We can see that most types seem to have a few outliers, especially when it comes to weight, with most types clustering small, and the occasional instance hundreds of kg above the rest, the biggest case of this is poison, where the outlier is 'Eternamax Eternatus', a giant boss Pokemon in the games, and thus is much larger than every other pokemon, as well as having a high weight to pair with it.

Some other pokemon match, or even beat Eternamax Eternatus, in weight, but it is the largest in height by a lot, and it sticks out from the other relatively small and light poison types.
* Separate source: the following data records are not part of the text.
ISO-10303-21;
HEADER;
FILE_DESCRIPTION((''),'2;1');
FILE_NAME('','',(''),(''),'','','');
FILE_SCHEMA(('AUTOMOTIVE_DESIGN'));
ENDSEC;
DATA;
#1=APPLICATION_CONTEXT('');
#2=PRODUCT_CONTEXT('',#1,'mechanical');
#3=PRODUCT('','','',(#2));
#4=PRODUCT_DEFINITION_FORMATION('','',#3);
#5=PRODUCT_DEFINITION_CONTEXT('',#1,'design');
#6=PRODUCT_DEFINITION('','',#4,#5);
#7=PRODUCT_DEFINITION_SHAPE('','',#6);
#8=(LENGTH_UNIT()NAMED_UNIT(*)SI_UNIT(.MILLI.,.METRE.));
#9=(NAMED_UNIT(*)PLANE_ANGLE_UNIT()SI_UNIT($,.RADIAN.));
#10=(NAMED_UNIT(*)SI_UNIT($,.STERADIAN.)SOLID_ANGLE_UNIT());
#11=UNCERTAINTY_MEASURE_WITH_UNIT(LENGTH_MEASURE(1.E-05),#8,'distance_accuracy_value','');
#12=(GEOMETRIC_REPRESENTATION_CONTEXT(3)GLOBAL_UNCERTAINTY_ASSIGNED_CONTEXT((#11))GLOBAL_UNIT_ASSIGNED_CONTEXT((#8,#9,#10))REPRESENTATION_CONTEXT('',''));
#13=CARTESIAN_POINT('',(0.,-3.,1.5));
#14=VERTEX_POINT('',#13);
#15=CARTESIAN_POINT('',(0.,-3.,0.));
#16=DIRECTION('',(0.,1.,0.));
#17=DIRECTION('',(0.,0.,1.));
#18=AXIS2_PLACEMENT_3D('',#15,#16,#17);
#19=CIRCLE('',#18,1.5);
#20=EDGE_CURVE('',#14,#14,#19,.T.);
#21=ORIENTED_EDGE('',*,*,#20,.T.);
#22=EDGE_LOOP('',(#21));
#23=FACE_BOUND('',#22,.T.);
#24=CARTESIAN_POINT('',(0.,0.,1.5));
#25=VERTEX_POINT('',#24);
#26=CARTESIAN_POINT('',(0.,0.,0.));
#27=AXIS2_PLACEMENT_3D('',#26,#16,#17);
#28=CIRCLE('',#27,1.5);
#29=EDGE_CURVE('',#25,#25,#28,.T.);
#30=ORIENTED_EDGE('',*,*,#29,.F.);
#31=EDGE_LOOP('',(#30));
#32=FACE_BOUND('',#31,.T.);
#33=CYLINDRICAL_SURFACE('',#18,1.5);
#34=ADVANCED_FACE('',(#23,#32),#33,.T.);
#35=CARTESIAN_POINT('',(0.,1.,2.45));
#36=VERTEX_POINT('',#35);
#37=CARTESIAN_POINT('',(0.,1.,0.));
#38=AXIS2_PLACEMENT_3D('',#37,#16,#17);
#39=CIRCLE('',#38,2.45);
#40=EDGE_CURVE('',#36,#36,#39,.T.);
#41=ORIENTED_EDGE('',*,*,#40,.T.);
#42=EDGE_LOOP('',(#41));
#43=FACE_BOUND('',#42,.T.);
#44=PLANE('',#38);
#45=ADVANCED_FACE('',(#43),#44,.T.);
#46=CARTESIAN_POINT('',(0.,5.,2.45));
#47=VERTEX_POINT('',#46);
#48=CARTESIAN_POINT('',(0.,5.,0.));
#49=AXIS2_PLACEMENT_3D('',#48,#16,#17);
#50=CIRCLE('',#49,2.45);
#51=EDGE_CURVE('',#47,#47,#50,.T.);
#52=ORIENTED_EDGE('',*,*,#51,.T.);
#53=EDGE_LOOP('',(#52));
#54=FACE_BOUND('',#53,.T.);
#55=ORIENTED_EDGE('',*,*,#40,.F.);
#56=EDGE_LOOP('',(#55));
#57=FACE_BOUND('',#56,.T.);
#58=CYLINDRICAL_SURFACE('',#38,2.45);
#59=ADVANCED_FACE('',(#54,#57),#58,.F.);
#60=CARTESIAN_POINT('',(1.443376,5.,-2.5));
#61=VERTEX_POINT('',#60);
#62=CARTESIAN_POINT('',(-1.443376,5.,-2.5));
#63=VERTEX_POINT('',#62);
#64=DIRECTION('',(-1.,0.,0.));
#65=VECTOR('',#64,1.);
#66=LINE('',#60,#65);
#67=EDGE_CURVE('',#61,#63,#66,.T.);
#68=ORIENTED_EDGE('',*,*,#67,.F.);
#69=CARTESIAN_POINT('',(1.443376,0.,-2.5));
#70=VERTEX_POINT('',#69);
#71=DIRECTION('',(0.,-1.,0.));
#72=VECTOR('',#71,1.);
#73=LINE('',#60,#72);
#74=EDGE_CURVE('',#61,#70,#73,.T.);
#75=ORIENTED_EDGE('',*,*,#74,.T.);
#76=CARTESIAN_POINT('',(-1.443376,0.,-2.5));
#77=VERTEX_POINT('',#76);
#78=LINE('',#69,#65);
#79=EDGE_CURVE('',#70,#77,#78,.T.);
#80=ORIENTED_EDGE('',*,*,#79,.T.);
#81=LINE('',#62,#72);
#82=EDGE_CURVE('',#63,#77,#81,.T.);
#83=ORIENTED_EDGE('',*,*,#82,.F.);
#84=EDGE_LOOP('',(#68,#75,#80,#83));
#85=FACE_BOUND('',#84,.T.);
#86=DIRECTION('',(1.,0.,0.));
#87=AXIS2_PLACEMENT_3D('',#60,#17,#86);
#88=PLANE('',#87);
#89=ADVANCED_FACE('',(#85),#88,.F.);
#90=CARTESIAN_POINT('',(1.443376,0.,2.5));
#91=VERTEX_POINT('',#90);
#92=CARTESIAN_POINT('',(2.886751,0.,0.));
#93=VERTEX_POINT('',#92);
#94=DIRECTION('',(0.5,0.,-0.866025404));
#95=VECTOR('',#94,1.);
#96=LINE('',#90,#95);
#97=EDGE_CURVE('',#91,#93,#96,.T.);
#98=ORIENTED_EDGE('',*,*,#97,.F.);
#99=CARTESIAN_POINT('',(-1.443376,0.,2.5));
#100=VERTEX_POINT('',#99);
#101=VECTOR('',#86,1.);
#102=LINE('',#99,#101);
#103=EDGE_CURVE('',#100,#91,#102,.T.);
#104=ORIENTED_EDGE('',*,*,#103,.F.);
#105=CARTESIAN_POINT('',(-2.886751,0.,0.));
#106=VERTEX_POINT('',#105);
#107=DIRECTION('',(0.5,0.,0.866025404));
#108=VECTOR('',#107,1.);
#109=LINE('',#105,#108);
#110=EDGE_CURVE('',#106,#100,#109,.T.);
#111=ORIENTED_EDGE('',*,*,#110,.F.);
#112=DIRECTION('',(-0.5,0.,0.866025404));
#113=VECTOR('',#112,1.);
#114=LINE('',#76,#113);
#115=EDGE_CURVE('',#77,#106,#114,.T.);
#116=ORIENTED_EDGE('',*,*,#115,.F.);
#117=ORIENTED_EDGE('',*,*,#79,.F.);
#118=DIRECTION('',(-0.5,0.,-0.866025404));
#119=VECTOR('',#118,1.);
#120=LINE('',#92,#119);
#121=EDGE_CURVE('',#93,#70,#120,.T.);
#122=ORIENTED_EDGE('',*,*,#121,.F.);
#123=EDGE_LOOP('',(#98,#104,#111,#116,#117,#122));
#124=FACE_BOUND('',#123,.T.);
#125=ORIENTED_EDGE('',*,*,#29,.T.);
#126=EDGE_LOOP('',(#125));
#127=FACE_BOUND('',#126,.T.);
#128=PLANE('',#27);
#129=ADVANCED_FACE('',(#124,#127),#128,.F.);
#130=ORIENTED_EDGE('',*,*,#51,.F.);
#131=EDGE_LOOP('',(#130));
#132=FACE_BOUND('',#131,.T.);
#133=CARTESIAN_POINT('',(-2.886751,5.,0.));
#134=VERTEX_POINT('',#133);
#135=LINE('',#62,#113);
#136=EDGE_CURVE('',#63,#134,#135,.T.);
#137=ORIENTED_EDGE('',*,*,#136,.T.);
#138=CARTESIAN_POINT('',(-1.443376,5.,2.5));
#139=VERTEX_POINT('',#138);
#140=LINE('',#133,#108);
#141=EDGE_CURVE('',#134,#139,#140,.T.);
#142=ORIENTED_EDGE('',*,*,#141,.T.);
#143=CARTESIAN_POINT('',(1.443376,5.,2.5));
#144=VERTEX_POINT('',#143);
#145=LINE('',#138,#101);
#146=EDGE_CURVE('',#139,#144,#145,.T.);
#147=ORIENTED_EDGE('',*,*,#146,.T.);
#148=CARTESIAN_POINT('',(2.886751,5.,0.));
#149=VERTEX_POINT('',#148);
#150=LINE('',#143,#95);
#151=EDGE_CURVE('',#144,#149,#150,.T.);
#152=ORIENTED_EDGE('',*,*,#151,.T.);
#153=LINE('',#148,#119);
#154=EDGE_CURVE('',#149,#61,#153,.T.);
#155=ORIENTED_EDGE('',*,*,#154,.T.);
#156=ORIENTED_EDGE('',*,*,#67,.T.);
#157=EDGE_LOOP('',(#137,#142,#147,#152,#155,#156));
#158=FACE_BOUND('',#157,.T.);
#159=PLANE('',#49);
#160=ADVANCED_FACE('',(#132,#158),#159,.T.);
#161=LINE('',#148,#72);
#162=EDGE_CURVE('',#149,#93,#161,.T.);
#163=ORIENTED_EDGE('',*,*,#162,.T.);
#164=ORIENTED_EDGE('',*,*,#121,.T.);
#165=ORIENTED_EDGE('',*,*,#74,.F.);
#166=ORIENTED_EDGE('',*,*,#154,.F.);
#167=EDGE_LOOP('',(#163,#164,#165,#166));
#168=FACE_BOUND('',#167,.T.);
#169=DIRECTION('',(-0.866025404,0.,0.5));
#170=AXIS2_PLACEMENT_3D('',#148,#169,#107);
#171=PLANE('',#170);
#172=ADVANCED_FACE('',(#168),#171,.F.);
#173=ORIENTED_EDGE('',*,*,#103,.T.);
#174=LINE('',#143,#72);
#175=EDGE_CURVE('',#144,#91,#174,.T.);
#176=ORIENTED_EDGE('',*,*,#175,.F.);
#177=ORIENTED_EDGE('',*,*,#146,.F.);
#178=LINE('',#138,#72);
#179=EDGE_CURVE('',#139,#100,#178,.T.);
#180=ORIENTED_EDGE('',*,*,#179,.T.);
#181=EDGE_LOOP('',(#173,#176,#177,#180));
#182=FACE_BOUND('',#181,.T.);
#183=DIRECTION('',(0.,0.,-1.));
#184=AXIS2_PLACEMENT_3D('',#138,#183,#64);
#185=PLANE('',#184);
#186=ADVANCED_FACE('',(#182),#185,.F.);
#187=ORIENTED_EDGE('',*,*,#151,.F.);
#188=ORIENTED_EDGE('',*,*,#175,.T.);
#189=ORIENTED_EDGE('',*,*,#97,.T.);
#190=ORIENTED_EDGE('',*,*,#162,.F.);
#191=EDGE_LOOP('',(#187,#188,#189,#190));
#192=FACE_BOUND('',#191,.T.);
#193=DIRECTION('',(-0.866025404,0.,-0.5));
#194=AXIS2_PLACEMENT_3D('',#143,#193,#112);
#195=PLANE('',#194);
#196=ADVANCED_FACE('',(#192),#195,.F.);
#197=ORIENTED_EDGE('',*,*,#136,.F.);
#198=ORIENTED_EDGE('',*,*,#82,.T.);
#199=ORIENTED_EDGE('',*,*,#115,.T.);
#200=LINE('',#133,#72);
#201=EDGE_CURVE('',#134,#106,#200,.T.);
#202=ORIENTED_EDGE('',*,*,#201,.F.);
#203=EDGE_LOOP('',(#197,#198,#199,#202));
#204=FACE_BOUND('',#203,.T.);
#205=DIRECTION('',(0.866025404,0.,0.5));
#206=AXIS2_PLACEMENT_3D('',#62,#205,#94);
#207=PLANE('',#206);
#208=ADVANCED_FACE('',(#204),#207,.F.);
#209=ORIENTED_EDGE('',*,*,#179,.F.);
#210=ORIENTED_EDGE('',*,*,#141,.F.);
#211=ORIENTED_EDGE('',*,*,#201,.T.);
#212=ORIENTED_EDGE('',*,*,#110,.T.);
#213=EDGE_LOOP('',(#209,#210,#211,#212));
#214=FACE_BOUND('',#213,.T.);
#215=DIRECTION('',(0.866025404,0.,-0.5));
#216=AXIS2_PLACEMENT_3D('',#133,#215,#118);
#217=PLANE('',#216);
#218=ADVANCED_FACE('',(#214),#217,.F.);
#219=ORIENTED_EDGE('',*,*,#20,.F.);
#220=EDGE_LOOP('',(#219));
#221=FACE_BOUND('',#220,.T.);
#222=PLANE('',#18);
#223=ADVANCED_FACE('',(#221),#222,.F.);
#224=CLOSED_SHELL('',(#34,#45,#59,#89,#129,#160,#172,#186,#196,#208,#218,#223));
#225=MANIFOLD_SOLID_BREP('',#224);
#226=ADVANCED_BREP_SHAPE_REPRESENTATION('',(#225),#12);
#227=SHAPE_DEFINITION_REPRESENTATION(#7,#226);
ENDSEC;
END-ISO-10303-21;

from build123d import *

# Parameters (mm, degrees)
BOSS_EXTRUDE1_DEPTH = 5
CUT_EXTRUDE1_START  = 5
SKETCH2_R           = 2.45
CUT_EXTRUDE1_DEPTH  = 4
SKETCH3_R           = 1.5
BOSS_EXTRUDE2_DEPTH = 3


with BuildPart() as part:
    # Sketch1 → Boss-Extrude1 (new body)
    with BuildSketch(Plane(origin=(0, 0, 0), x_dir=(1, 0, 0), z_dir=(0, 1, 0))):
        Polygon((1.443375673, -2.5), (2.886751346, 0), (1.443375673, 2.5), (-1.443375673, 2.5), (-2.886751346, 0), (-1.443375673, -2.5), align=None)
    extrude(amount=BOSS_EXTRUDE1_DEPTH)

    # Sketch2 → Cut-Extrude1 (cut)
    with BuildSketch(Plane(origin=(0, 0, 0), x_dir=(1, 0, 0), z_dir=(0, 1, 0)).offset(CUT_EXTRUDE1_START)):
        with Locations(Location((0, 0, 0), (0, 0, 270))):
            Circle(SKETCH2_R)
    extrude(amount=-CUT_EXTRUDE1_DEPTH, mode=Mode.SUBTRACT)

    # Sketch3 → Boss-Extrude2 (add)
    with BuildSketch(Plane(origin=(0, 0, 0), x_dir=(1, 0, 0), z_dir=(0, 1, 0))):
        with Locations(Location((0, 0, 0), (0, 0, 270))):
            Circle(SKETCH3_R)
    extrude(amount=-BOSS_EXTRUDE2_DEPTH)


solid = part.part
This information doesnt give us much to work with as a lot of pokemon are clusteres closer to the 0,0 mark, but we can still see that steel have a few more pokemon of higher weight that other types, and flying has the no outliers but this is likely due to having very few Type I flying types

#HP vs Type

Comparing different HP stats with types will hopefully provide information... (ill add something here when I can be buggered (aka not right now))

In [None]:
hp_df = pd.DataFrame(
    {
        'HP' : dataset['HP'],
        'Type I' : dataset['Type I'],
        'Type II' : dataset['Type II']
    }
)

fig_typeI = px.violin(hp_df, x='Type I', y='HP', color='Type I', color_discrete_map=type_colour_map, category_orders={'Type I' : type_order})
fig_typeI.show()

fig_typeII = px.violin(hp_df, x='Type II', y='HP', color='Type II', color_discrete_map=type_colour_map, category_orders={'Type II' : type_order})
fig_typeII.show()

We unfortunately dont get much information out of this, apart from the occasional outlier, the majority of types have similar average HP stats. The only amusing result is type I bug and type II Ghost having minimum HP stats of 1 thanks to 'Shedinja' being the only pokemon with 1 hp.